A recent study of Winter Olympic and Paralympic venues suggests that 30% of potential hosts are already considered marginal or unreliable in the 2020s¹. 

As warming continues, which of the world’s iconic winter landscapes will still be cold and snowy enough to host the Olympics in 2050 and beyond?

The Winter Olympics in a Warming World

In 2022, the Beijing Olympics were held entirely on artificial snow, an Olympic first². The 2022 Games required an estimated 49 million gallons of water to produce nearly 3 million cubic meters of artificial snow. In 2014, Sochi became the warmest city ever to host a Winter Olympics³, and in 2010, Vancouver famously trucked snow from higher elevations to prepare Olympic venues. This year, even the high-elevation venues of Cortina d’Ampezzo are preparing to make nearly 2.4 million cubic meters of snow for the Winter Olympics⁴. When Cortina last hosted the Games in 1950, competitions were held entirely on natural snow.
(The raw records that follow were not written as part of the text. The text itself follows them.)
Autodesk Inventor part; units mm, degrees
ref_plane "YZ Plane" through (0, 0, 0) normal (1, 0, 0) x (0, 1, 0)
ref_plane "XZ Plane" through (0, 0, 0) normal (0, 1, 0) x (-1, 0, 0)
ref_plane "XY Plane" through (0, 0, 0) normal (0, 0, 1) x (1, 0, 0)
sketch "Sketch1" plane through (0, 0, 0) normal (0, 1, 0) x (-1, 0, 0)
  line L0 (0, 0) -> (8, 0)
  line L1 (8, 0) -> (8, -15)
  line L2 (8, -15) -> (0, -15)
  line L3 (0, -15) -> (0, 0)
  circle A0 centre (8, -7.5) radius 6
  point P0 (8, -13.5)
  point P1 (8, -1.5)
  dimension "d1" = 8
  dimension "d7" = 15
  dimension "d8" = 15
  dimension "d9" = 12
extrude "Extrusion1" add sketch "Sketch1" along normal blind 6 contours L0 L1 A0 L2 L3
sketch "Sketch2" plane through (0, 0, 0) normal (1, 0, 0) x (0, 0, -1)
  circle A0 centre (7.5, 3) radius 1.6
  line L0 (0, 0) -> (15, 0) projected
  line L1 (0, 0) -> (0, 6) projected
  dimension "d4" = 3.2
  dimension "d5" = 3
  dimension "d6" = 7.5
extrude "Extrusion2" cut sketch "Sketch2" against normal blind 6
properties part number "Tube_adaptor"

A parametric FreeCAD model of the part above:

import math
import FreeCAD as App
import Part
import Sketcher
Q = App.Units.Quantity

doc = App.newDocument("Part")
body = doc.addObject("PartDesign::Body", "Body")

sketch1 = doc.addObject("Sketcher::SketchObject", "Sketch")
body.addObject(sketch1)
sketch1.AttachmentSupport = (doc.XZ_Plane, [""])
sketch1.MapMode = "FlatFace"
sketch1.addGeometry([
    Part.LineSegment(App.Vector(-8, 0, 0), App.Vector(0, 0, 0)),
    Part.LineSegment(App.Vector(0, 0, 0), App.Vector(0, -15, 0)),
    Part.LineSegment(App.Vector(0, -15, 0), App.Vector(-8, -15, 0)),
    Part.LineSegment(App.Vector(-8, -15, 0), App.Vector(-8, -13.5, 0)),
    Part.ArcOfCircle(Part.Circle(App.Vector(-8, -7.5, 0), App.Vector(0, 0, 1), 6), math.radians(-90), math.radians(90)),
    Part.LineSegment(App.Vector(-8, -1.5, 0), App.Vector(-8, 0, 0)),
], False)
sketch1.addConstraint([
    Sketcher.Constraint("Coincident", 0, 2, 1, 1),
    Sketcher.Constraint("Coincident", 1, 2, 2, 1),
    Sketcher.Constraint("Coincident", 2, 2, 3, 1),
    Sketcher.Constraint("Coincident", 3, 2, 4, 1),
    Sketcher.Constraint("Coincident", 4, 2, 5, 1),
    Sketcher.Constraint("Coincident", 5, 2, 0, 1),
    Sketcher.Constraint("Horizontal", 0),
    Sketcher.Constraint("Vertical", 1),
    Sketcher.Constraint("Horizontal", 2),
    Sketcher.Constraint("Vertical", 3),
    Sketcher.Constraint("Vertical", 5),
    Sketcher.Constraint("Coincident", 0, 2, -1, 1),
    Sketcher.Constraint("Vertical", 4, 3, 2, 2),
    Sketcher.Constraint("Vertical", 3, 2, 4, 2),
    Sketcher.Constraint("Equal", 3, 5),
    Sketcher.Constraint("Radius", 4, Q("6 mm")),
    Sketcher.Constraint("DistanceX", 0, 1, 0, 2, Q("8 mm")),
    Sketcher.Constraint("DistanceY", 1, 2, 1, 1, Q("15 mm")),
])
pad1 = doc.addObject("PartDesign::Pad", "Pad")
body.addObject(pad1)
pad1.Profile = sketch1
pad1.Length = 6
pad1.Reversed = True

sketch2 = doc.addObject("Sketcher::SketchObject", "Sketch001")
body.addObject(sketch2)
sketch2.AttachmentSupport = (doc.YZ_Plane, [""])
sketch2.MapMode = "FlatFace"
sketch2.addGeometry(Part.Circle(App.Vector(3, -7.5, 0), App.Vector(0, 0, 1), 1.6), False)
sketch2.addConstraint([
    Sketcher.Constraint("Diameter", 0, Q("3.2 mm")),
    Sketcher.Constraint("DistanceX", -1, 1, 0, 3, Q("3 mm")),
    Sketcher.Constraint("DistanceY", 0, 3, -1, 1, Q("7.5 mm")),
])
pocket1 = doc.addObject("PartDesign::Pocket", "Pocket")
body.addObject(pocket1)
pocket1.Profile = sketch2
pocket1.Length = 6

doc.recompute()
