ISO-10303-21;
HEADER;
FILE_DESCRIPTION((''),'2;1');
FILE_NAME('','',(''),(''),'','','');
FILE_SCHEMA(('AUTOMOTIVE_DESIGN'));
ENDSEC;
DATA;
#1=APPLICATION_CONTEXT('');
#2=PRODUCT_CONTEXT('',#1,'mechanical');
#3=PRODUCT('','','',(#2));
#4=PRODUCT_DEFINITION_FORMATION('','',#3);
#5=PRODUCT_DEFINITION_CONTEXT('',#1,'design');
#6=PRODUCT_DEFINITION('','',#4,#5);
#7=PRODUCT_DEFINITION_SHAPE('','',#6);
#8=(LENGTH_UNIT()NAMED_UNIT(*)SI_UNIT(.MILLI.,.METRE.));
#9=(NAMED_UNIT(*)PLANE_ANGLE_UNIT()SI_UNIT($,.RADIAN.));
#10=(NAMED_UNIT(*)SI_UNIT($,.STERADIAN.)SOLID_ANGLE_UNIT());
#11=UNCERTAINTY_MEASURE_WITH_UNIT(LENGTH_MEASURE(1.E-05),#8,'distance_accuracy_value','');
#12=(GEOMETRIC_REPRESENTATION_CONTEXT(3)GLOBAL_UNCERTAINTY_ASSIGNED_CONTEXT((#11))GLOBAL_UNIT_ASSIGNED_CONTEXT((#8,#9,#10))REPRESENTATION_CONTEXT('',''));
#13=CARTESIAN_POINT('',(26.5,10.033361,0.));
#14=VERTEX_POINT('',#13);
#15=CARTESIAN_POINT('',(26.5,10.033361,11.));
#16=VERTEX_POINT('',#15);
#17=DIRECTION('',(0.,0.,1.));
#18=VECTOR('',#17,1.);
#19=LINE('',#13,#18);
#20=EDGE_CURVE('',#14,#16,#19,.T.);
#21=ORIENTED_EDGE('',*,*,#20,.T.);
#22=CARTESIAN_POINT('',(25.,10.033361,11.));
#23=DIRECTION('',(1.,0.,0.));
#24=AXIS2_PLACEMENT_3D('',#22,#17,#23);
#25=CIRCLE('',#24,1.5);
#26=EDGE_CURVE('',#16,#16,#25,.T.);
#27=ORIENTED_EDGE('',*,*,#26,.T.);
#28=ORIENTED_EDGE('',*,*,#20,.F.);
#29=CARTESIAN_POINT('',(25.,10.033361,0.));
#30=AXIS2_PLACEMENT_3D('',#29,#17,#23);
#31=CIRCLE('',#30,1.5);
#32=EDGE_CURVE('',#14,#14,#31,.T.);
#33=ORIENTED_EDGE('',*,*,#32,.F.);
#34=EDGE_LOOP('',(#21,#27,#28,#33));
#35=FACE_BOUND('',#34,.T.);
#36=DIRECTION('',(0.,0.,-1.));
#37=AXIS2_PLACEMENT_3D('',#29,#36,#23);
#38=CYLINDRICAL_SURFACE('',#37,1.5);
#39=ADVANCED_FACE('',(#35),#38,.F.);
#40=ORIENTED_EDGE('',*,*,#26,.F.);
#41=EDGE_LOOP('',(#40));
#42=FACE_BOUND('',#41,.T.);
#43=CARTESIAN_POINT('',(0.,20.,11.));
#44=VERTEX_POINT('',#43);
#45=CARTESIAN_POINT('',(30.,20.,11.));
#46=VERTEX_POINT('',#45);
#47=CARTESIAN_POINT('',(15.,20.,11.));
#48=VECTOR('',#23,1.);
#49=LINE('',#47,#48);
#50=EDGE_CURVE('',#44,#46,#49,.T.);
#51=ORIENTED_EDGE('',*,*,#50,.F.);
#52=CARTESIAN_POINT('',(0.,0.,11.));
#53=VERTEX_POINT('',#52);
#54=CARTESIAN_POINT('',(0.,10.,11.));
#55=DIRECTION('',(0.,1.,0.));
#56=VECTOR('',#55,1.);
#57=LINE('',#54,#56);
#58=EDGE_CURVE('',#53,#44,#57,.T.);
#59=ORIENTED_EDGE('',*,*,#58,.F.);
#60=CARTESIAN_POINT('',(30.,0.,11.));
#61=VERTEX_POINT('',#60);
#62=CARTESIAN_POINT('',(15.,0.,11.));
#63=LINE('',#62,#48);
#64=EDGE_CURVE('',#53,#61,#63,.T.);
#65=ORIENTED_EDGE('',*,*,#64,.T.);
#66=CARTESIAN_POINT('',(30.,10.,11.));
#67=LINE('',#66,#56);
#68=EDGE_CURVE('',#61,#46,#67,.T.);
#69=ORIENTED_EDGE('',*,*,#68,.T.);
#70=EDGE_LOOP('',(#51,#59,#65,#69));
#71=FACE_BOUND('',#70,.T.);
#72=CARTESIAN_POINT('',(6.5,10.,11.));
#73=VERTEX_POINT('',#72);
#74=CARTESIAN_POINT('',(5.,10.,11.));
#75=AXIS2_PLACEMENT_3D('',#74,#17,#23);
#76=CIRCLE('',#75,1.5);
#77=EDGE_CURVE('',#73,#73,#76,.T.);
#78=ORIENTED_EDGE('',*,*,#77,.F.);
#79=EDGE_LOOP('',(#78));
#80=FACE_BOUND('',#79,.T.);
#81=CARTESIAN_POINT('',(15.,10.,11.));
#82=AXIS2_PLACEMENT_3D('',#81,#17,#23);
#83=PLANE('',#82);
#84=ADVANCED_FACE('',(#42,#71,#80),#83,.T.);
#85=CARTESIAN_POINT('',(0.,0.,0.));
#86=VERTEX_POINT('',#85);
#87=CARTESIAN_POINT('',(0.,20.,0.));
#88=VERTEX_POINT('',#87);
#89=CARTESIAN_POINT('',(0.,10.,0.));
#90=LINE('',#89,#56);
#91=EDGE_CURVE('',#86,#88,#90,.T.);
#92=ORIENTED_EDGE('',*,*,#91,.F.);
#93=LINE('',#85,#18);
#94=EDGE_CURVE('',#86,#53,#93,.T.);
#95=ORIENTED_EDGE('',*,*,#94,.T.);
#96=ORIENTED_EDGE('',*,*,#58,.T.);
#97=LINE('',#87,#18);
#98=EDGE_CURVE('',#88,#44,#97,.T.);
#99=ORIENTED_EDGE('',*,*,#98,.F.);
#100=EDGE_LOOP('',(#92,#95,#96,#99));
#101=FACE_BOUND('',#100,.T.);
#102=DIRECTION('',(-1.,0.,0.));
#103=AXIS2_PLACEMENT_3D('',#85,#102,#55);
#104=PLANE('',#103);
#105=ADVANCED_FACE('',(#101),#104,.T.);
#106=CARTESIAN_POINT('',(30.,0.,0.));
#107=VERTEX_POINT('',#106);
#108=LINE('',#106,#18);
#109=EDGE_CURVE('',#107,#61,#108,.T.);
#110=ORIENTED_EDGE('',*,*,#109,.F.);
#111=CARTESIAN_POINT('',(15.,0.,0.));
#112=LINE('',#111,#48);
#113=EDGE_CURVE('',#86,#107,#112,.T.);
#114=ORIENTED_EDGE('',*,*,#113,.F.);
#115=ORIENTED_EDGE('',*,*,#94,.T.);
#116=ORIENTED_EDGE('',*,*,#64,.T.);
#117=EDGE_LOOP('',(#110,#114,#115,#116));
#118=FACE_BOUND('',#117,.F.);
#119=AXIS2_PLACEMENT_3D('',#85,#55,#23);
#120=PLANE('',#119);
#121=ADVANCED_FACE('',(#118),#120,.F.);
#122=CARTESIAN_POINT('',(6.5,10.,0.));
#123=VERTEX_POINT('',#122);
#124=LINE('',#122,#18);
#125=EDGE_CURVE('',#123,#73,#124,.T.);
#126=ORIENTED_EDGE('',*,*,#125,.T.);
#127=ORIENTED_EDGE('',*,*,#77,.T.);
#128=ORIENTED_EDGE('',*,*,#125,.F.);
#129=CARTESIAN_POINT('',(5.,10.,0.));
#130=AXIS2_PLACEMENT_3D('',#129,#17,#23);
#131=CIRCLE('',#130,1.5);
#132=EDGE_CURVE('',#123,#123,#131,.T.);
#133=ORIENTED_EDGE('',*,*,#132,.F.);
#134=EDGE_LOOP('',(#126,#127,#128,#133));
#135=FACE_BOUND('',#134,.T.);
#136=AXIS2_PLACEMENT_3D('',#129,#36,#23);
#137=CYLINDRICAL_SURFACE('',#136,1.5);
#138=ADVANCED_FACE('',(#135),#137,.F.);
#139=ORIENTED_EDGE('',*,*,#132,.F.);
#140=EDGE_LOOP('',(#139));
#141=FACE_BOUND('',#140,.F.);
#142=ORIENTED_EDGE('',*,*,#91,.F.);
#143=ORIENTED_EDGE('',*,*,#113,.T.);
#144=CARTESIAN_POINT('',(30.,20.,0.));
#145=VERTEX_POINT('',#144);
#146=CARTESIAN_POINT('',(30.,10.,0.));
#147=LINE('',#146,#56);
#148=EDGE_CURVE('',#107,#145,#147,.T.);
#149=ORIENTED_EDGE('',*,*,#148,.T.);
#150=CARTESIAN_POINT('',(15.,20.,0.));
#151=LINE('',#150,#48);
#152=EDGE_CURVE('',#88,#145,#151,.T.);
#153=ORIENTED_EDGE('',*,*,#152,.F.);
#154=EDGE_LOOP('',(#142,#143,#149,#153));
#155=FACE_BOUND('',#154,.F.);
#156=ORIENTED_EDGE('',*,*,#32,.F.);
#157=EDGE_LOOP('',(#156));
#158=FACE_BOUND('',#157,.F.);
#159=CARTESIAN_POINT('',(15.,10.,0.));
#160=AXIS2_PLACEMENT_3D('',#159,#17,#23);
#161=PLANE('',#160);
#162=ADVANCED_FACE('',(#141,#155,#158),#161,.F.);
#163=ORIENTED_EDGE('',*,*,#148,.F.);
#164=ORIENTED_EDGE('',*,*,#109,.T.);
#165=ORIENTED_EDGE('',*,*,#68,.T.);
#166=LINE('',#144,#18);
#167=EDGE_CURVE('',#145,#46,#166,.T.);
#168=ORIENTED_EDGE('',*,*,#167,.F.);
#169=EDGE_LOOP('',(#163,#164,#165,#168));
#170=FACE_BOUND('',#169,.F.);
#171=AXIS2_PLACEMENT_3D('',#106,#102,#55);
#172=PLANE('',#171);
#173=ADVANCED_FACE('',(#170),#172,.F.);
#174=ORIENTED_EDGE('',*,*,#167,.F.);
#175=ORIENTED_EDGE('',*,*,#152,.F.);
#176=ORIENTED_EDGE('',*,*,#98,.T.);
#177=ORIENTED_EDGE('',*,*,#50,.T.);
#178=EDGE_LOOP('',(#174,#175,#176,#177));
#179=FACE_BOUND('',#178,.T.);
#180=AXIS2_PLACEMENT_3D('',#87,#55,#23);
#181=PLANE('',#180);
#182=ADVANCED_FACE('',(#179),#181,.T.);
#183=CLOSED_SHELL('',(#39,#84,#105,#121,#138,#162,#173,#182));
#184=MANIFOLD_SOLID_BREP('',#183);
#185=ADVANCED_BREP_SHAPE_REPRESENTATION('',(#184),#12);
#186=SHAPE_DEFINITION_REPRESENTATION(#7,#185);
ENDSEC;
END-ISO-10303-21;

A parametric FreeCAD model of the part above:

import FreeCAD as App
import Part
import Sketcher
Q = App.Units.Quantity

doc = App.newDocument("Part")
body = doc.addObject("PartDesign::Body", "Body")

sketch1 = body.newObject("Sketcher::SketchObject", "Sketch")
sketch1.AttachmentSupport = (doc.getObject("XY_Plane"), [""])
sketch1.MapMode = "FlatFace"
sketch1.addGeometry(Part.LineSegment(App.Vector(0, 20, 0), App.Vector(0, 0, 0)), False)
sketch1.addGeometry(Part.LineSegment(App.Vector(0, 0, 0), App.Vector(30, 0, 0)), False)
sketch1.addGeometry(Part.LineSegment(App.Vector(30, 0, 0), App.Vector(30, 20, 0)), False)
sketch1.addGeometry(Part.LineSegment(App.Vector(30, 20, 0), App.Vector(0, 20, 0)), False)
sketch1.addGeometry(Part.Circle(App.Vector(5, 10, 0), App.Vector(0, 0, 1), 1.5), False)
sketch1.addGeometry(Part.Circle(App.Vector(25, 10, 0), App.Vector(0, 0, 1), 1.5), False)
sketch1.addConstraint(Sketcher.Constraint("Coincident", 0, 2, 1, 1))
sketch1.addConstraint(Sketcher.Constraint("Coincident", 1, 2, 2, 1))
sketch1.addConstraint(Sketcher.Constraint("Coincident", 2, 2, 3, 1))
sketch1.addConstraint(Sketcher.Constraint("Coincident", 3, 2, 0, 1))
sketch1.addConstraint(Sketcher.Constraint("Vertical", 0))
sketch1.addConstraint(Sketcher.Constraint("Horizontal", 1))
sketch1.addConstraint(Sketcher.Constraint("Vertical", 2))
sketch1.addConstraint(Sketcher.Constraint("Horizontal", 3))
sketch1.addConstraint(Sketcher.Constraint("Coincident", 0, 2, -1, 1))
sketch1.addConstraint(Sketcher.Constraint("Equal", 4, 5))
sketch1.addConstraint(Sketcher.Constraint("Diameter", 4, Q("3 mm")))
sketch1.addConstraint(Sketcher.Constraint("DistanceX", 1, 1, 1, 2, Q("30 mm")))
sketch1.addConstraint(Sketcher.Constraint("DistanceY", 0, 2, 0, 1, Q("20 mm")))
sketch1.addConstraint(Sketcher.Constraint("DistanceX", -1, 1, 4, 3, Q("5 mm")))
sketch1.addConstraint(Sketcher.Constraint("DistanceY", -1, 1, 4, 3, Q("10 mm")))
sketch1.addConstraint(Sketcher.Constraint("DistanceX", -1, 1, 5, 3, Q("25 mm")))
sketch1.addConstraint(Sketcher.Constraint("DistanceY", -1, 1, 5, 3, Q("10.033361 mm")))
pad1 = body.newObject("PartDesign::Pad", "Pad")
pad1.Profile = sketch1
pad1.Length = 11

doc.recompute()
Yet the mountain regions that support winter sports have been losing snow rapidly in a warming climate. Around 78% of mountain areas worldwide, including the Alps, have lost snow since 2000, and some regions have experienced as many as 43 fewer days of snow cover over this period⁵.

The Alps and the Legacy of Winter Sports

The Winter Olympics have a long history in the Alps. The first Winter Olympics were held in 1924 in Chamonix, France. Nearly half of all Winter Olympic Games since then have taken place in the Alps, far more than in any other region. The Alps have hosted nearly 75% of alpine skiing world championships, almost 50% of freestyle skiing world championships, and about 30% of biathlon and cross-country skiing world championships.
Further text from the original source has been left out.